[Start of section]

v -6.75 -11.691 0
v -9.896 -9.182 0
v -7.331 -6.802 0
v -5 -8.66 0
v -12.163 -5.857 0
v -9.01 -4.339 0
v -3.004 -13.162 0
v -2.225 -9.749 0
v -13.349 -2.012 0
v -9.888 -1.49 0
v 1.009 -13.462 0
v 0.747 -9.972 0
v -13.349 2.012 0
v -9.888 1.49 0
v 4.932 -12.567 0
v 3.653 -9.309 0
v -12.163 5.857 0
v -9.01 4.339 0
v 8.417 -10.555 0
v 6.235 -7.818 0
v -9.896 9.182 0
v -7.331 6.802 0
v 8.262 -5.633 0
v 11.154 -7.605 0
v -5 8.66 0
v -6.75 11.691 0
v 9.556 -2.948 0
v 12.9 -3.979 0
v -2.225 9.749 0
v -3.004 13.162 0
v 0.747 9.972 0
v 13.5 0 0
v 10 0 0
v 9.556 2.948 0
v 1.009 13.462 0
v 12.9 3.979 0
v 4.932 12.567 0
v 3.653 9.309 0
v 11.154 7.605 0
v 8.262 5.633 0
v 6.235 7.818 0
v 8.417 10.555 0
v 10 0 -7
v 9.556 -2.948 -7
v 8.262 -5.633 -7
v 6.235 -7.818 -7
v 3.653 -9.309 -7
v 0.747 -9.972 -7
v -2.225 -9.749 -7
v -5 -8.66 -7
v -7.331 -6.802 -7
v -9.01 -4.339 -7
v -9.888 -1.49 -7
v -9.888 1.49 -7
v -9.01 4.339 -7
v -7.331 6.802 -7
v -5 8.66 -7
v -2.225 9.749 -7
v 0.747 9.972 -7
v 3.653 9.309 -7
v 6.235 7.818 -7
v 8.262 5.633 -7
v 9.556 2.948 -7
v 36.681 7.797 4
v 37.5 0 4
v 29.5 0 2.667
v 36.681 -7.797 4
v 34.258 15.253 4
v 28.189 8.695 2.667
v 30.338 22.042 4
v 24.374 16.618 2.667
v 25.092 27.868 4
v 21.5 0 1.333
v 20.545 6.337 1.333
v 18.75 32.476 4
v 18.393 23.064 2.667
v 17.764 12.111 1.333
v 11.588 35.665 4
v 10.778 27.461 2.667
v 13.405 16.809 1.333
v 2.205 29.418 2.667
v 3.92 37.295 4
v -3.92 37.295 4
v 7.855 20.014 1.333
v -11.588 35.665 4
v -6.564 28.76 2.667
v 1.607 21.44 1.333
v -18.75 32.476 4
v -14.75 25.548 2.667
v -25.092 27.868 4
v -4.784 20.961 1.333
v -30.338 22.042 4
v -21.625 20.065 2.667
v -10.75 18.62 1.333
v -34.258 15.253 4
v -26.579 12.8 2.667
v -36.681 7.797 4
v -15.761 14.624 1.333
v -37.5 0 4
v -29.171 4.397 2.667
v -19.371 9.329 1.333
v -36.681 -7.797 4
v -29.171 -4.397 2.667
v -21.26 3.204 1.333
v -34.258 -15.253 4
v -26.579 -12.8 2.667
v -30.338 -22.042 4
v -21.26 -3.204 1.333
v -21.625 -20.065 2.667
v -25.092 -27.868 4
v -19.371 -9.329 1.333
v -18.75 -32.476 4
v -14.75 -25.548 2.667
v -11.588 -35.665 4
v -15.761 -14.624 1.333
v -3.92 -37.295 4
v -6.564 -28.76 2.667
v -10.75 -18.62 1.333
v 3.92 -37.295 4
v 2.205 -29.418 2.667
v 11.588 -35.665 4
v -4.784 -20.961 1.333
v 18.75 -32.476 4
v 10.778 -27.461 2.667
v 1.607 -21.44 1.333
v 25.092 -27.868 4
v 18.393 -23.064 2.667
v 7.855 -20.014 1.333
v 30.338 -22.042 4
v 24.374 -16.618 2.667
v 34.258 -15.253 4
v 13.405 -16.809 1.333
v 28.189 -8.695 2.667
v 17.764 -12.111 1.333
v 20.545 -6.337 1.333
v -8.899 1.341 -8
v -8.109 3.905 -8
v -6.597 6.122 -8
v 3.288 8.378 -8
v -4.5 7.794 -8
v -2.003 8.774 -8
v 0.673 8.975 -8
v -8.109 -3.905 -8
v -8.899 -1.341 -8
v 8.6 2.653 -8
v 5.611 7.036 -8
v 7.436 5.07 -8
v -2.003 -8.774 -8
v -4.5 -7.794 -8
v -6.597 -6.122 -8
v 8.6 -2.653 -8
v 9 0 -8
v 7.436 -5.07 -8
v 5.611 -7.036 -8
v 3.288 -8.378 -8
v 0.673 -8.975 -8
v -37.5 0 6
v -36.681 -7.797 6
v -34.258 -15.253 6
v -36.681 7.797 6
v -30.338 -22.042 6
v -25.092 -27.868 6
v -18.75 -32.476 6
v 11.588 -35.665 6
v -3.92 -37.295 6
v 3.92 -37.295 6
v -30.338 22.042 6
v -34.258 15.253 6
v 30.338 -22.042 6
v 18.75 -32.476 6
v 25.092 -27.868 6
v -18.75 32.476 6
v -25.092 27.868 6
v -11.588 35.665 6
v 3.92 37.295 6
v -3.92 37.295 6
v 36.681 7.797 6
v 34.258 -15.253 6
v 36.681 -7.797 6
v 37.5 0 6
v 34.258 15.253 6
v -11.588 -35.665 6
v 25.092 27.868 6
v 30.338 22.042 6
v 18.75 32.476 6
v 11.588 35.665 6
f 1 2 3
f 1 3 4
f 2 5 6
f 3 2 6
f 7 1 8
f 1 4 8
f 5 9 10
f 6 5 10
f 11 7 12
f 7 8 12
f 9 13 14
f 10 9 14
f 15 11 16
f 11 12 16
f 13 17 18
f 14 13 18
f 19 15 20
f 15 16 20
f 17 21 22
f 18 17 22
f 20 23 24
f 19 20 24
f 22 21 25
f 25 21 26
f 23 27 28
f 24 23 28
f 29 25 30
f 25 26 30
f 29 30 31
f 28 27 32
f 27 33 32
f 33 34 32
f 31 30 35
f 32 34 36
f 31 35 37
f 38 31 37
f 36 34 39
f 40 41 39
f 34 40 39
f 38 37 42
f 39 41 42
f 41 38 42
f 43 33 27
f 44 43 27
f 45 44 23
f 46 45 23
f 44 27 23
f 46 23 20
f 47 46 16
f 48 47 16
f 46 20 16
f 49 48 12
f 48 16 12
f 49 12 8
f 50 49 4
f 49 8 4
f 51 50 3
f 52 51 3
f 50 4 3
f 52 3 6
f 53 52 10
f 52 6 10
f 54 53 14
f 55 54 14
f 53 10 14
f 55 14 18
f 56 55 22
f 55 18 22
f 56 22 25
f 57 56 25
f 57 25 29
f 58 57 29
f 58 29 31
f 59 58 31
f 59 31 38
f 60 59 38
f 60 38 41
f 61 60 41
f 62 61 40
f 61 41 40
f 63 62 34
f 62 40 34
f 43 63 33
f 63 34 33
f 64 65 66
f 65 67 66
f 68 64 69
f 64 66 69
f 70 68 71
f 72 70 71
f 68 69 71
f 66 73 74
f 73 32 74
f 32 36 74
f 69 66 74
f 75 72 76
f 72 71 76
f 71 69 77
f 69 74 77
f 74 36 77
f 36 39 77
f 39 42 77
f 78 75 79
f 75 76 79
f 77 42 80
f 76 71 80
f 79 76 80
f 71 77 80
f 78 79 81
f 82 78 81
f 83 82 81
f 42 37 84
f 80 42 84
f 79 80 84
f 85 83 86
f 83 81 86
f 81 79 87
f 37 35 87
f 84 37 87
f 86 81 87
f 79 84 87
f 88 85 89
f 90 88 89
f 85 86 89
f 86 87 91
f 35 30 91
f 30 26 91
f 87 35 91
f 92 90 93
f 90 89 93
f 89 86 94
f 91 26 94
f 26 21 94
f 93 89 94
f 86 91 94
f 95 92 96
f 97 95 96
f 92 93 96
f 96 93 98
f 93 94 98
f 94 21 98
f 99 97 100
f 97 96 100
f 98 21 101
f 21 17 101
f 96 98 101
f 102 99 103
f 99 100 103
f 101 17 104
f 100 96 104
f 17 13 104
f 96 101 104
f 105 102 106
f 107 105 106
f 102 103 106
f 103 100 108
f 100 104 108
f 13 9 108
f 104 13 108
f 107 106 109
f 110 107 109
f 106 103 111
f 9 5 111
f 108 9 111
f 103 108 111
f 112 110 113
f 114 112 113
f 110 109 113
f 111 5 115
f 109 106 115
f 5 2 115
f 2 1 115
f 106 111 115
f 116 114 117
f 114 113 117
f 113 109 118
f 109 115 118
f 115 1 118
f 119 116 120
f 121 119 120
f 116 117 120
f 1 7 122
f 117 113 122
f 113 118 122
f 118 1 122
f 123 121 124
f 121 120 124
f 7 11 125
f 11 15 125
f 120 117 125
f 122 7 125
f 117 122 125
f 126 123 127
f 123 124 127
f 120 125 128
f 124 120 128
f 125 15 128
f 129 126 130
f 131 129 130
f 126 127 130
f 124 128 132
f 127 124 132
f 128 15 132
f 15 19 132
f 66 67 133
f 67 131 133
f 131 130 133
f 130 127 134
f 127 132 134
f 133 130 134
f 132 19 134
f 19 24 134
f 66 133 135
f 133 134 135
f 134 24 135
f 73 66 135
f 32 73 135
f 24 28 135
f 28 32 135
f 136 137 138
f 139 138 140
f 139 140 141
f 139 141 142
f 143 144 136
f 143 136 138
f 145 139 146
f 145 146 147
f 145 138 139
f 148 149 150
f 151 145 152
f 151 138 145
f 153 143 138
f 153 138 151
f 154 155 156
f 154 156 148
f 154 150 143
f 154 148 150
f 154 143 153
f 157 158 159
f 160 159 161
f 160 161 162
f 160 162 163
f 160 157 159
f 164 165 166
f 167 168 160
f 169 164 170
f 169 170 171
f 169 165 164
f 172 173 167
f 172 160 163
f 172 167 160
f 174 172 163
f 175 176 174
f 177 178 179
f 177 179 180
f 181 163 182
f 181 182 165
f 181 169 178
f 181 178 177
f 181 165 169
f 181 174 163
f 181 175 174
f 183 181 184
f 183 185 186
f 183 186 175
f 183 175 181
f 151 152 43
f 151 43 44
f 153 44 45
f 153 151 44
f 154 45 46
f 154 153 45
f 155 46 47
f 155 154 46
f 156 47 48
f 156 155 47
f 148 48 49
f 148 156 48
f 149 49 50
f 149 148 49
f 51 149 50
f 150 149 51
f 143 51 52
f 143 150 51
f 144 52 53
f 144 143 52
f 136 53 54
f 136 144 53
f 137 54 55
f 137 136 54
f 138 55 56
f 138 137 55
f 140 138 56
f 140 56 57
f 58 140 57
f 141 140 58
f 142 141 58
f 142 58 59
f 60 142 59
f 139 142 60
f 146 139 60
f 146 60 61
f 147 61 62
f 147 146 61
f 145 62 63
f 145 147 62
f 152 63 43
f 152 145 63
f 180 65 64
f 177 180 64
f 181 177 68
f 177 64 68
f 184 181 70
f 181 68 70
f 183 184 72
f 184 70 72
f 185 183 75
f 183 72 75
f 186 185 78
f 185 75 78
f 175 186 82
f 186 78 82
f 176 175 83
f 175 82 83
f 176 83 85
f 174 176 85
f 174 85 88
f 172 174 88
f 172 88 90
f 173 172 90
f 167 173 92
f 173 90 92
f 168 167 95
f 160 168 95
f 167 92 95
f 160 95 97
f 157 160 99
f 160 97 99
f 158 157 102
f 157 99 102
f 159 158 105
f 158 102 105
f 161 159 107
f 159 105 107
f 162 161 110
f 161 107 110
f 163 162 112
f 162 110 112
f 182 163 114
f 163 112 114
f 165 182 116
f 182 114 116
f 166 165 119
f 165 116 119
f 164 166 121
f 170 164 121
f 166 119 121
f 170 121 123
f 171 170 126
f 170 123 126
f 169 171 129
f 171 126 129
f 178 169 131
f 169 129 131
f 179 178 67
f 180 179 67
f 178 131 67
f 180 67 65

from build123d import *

# Parameters (mm, degrees)
F0_R     = 37.5
F1_DEPTH = 6
F2_SIZE2 = 24
F2_SIZE  = 4
F3_R     = 10
F4_DEPTH = 8
F5_SIZE  = 1


with BuildPart() as f1:
    # F0 (on Top) → F1 (new body)
    with BuildSketch(Plane.XY):
        Circle(F0_R)
    extrude(amount=F1_DEPTH)

    # F2
    f2_edges = [f1.edges().sort_by_distance(p)[0] for p in [
        (-37.5, 0, 0),
    ]]
    chamfer(f2_edges, length=F2_SIZE, length2=F2_SIZE2)

    # F3 (on face) → F4 (join)
    with BuildSketch(Plane(origin=(0, 0, 0), x_dir=(1, 0, 0), z_dir=(0, 0, -1))):
        Circle(F3_R)
    extrude(amount=F4_DEPTH)

    # F5
    f5_edges = [f1.edges().sort_by_distance(p)[0] for p in [
        (-10, 0, -8),
    ]]
    chamfer(f5_edges, length=F5_SIZE)


solid = f1.part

[End of section]

◆ Exercise description
The entries above hold a line with "f 173 90 92" and a later line with "f 180 67 65". Write out exactly those lines and all lines between, nothing more.

◆ Exercise answer
f 173 90 92
f 168 167 95
f 160 168 95
f 167 92 95
f 160 95 97
f 157 160 99
f 160 97 99
f 158 157 102
f 157 99 102
f 159 158 105
f 158 102 105
f 161 159 107
f 159 105 107
f 162 161 110
f 161 107 110
f 163 162 112
f 162 110 112
f 182 163 114
f 163 112 114
f 165 182 116
f 182 114 116
f 166 165 119
f 165 116 119
f 164 166 121
f 170 164 121
f 166 119 121
f 170 121 123
f 171 170 126
f 170 123 126
f 169 171 129
f 171 126 129
f 178 169 131
f 169 129 131
f 179 178 67
f 180 179 67
f 178 131 67
f 180 67 65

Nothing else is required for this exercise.